» Provided entries
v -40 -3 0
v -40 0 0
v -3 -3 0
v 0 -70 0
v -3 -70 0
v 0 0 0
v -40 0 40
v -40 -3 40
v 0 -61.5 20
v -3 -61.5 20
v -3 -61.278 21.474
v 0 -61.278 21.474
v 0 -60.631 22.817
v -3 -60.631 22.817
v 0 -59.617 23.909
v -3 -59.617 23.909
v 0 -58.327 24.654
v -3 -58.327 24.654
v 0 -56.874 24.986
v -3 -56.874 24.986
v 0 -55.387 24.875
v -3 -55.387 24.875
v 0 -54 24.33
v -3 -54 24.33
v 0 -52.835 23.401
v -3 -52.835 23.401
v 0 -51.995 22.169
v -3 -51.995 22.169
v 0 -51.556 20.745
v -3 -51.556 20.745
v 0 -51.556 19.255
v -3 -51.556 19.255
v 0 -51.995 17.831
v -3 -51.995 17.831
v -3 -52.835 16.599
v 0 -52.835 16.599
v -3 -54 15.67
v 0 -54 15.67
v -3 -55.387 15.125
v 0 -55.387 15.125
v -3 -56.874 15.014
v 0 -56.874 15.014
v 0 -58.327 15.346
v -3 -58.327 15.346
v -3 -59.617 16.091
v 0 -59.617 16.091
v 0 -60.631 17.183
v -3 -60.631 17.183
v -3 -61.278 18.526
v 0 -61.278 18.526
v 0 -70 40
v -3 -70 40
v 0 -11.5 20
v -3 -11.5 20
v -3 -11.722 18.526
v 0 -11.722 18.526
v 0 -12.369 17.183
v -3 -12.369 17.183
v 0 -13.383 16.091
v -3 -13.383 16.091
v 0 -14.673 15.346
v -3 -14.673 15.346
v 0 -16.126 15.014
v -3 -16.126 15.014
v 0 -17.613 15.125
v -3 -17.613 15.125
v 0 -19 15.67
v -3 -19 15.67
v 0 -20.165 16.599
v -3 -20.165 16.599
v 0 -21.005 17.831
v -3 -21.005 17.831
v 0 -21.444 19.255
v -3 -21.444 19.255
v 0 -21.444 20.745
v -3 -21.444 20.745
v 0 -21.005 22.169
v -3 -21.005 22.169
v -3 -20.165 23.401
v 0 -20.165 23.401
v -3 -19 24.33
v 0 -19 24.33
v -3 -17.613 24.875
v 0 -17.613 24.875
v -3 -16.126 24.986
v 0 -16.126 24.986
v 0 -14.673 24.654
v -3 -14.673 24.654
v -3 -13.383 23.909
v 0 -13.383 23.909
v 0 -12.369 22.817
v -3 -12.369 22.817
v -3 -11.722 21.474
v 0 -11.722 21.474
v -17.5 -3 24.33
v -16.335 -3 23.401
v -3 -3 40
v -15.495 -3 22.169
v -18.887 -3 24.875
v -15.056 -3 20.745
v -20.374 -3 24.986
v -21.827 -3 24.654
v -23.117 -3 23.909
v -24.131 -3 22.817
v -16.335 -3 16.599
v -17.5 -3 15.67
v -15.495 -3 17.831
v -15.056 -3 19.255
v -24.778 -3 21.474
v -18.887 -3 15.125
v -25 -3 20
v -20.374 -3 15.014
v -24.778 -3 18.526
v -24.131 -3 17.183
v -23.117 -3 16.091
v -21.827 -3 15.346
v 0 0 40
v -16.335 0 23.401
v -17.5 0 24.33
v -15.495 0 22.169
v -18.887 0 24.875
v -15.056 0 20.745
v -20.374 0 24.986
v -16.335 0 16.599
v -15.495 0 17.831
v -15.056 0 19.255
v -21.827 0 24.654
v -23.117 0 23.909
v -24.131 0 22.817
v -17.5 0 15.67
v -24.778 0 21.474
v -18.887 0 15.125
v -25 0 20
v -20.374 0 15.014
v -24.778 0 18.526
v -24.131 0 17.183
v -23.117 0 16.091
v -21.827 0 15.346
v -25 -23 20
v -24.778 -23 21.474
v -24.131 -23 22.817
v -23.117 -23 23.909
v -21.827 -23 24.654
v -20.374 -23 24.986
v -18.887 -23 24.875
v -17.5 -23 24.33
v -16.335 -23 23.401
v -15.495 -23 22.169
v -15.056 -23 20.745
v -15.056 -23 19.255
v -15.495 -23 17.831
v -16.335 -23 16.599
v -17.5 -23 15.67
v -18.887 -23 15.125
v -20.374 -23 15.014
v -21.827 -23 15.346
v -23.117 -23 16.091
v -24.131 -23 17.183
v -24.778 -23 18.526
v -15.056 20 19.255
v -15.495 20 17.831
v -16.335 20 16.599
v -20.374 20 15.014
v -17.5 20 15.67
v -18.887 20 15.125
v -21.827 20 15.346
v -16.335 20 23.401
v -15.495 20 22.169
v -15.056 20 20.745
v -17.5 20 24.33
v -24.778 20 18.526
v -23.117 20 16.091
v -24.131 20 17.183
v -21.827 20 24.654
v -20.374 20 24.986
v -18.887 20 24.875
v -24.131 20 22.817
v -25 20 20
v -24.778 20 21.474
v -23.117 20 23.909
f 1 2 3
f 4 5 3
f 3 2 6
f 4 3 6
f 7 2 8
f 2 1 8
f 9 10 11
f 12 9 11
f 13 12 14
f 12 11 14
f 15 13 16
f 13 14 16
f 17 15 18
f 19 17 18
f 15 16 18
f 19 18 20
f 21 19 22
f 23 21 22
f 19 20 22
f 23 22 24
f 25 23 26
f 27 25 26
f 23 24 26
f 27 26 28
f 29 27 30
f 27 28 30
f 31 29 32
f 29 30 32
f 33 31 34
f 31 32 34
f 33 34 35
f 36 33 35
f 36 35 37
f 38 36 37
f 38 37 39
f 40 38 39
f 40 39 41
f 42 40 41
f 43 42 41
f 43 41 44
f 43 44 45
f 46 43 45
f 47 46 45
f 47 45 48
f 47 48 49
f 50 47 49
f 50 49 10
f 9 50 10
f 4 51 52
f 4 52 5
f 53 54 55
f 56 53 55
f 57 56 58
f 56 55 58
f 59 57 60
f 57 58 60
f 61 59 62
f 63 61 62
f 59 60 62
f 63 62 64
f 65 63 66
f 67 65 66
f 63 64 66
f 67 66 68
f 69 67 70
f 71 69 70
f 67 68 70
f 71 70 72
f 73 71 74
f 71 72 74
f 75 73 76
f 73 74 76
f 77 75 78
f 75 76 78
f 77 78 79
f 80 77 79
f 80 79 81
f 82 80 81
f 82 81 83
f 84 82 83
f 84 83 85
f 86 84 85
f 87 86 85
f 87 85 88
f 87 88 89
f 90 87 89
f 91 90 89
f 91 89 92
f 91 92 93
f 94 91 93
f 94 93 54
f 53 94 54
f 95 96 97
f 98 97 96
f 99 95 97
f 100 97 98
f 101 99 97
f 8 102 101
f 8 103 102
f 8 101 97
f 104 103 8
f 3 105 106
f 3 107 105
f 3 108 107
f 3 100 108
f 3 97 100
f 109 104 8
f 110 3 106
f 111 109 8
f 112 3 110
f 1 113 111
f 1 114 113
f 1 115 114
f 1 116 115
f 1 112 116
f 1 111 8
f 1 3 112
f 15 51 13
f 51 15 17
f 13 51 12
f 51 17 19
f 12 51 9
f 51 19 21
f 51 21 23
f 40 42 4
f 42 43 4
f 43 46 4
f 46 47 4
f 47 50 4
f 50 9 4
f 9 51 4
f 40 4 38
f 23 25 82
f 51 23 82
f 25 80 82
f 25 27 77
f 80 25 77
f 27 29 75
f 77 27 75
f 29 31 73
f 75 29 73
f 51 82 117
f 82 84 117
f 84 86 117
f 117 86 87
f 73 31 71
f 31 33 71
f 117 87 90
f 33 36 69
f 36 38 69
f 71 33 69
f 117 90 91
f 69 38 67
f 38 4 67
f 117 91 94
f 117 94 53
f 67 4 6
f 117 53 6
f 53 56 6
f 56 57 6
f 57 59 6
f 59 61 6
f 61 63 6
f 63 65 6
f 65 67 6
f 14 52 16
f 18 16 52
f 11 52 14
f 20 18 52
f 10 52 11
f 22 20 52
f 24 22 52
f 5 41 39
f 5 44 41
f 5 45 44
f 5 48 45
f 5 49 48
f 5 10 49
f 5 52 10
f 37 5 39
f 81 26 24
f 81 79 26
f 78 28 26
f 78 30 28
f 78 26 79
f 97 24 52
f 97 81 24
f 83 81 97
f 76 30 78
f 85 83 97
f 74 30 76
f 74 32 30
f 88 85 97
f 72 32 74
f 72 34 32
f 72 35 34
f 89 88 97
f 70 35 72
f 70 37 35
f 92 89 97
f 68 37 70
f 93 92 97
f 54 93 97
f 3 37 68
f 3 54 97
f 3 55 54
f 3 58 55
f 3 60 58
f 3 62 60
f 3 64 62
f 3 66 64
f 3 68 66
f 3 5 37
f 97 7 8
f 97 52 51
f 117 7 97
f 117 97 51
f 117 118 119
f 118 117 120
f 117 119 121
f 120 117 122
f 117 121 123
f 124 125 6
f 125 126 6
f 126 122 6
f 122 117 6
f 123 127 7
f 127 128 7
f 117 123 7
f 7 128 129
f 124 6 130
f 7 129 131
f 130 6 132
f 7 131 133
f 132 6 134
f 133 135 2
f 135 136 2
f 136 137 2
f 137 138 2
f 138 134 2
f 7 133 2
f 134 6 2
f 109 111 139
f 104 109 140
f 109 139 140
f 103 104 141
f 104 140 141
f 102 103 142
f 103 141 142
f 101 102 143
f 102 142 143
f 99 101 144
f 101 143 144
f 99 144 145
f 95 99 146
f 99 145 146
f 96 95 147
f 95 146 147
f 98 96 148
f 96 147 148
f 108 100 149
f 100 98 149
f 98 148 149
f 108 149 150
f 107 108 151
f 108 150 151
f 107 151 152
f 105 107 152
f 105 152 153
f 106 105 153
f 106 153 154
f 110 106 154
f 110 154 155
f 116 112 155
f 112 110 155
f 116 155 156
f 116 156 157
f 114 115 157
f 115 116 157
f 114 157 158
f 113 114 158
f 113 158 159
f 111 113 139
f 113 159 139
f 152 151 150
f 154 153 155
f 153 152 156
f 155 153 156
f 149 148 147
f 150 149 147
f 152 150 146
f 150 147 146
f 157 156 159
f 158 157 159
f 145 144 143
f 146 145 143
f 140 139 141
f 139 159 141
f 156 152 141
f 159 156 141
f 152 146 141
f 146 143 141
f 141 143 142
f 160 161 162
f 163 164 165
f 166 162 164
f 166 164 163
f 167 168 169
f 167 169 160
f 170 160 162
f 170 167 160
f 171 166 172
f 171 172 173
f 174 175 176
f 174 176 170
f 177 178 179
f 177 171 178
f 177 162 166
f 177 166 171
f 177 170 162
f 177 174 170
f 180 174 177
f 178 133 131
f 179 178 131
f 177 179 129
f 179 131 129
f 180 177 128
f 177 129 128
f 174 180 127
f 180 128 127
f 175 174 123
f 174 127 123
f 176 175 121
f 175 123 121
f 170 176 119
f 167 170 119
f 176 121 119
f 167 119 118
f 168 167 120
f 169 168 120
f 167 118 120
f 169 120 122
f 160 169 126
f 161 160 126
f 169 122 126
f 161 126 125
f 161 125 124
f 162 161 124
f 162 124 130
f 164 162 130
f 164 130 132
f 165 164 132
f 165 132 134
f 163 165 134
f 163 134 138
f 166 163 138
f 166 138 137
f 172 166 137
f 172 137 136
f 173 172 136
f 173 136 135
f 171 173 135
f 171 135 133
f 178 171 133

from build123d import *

# Parameters (mm, degrees)
SUPERFICIE_EXTRUIR1_1_DEPTH = 40
DAR_ESPESOR1_T1             = 3
EXTRUIR1_DEPTH              = 20
EXTRUIR1_DEPTH_BACK         = 23
CROQUIS2_R                  = 5
CROQUIS3_R                  = 5
EXTRUIR2_DEPTH              = 20


with BuildPart() as body_1:
    # Superficie-Extruir1: a surface, the sketch's curves swept straight by 40 mm
    with BuildLine(Plane.XY, mode=Mode.PRIVATE) as superficie_extruir1_1_path:
        Line((0, -70), (0, 0))
        Line((0, 0), (-40, 0))
    superficie_extruir1_1 = Shell.extrude(superficie_extruir1_1_path.wire(), (0 * SUPERFICIE_EXTRUIR1_1_DEPTH, 0 * SUPERFICIE_EXTRUIR1_1_DEPTH, 1 * SUPERFICIE_EXTRUIR1_1_DEPTH))
    add(Solid.thicken(superficie_extruir1_1, DAR_ESPESOR1_T1))

    # Croquis2 → Extruir1 (add, two sides: drawn at the far end of the back side and taken through both)
    with BuildSketch(Plane(origin=(0, 0, 0), x_dir=(1, 0, 0), z_dir=(0, 1, 0)).offset(-EXTRUIR1_DEPTH_BACK)):
        with Locations(Location((-20, -20, 0), (0, 0, 180))):
            Circle(CROQUIS2_R)
    extrude(amount=EXTRUIR1_DEPTH + EXTRUIR1_DEPTH_BACK)

    # Croquis3 → Extruir2 (cut)
    with BuildSketch(Plane.ZY.offset(3)):
        with Locations(Location((20, -56.5, 0), (0, 0, 270))):
            Circle(CROQUIS3_R)
        with Locations(Location((20, -16.5, 0), (0, 0, 90))):
            Circle(CROQUIS3_R)
    extrude(amount=-EXTRUIR2_DEPTH, mode=Mode.SUBTRACT)


solid = body_1.part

» Instructions to follow
From the records above, copy out the line with "f 96 95 147", the line with "f 170 160 162", and every line between them, word for word.

» Written solution
f 96 95 147
f 95 146 147
f 98 96 148
f 96 147 148
f 108 100 149
f 100 98 149
f 98 148 149
f 108 149 150
f 107 108 151
f 108 150 151
f 107 151 152
f 105 107 152
f 105 152 153
f 106 105 153
f 106 153 154
f 110 106 154
f 110 154 155
f 116 112 155
f 112 110 155
f 116 155 156
f 116 156 157
f 114 115 157
f 115 116 157
f 114 157 158
f 113 114 158
f 113 158 159
f 111 113 139
f 113 159 139
f 152 151 150
f 154 153 155
f 153 152 156
f 155 153 156
f 149 148 147
f 150 149 147
f 152 150 146
f 150 147 146
f 157 156 159
f 158 157 159
f 145 144 143
f 146 145 143
f 140 139 141
f 139 159 141
f 156 152 141
f 159 156 141
f 152 146 141
f 146 143 141
f 141 143 142
f 160 161 162
f 163 164 165
f 166 162 164
f 166 164 163
f 167 168 169
f 167 169 160
f 170 160 162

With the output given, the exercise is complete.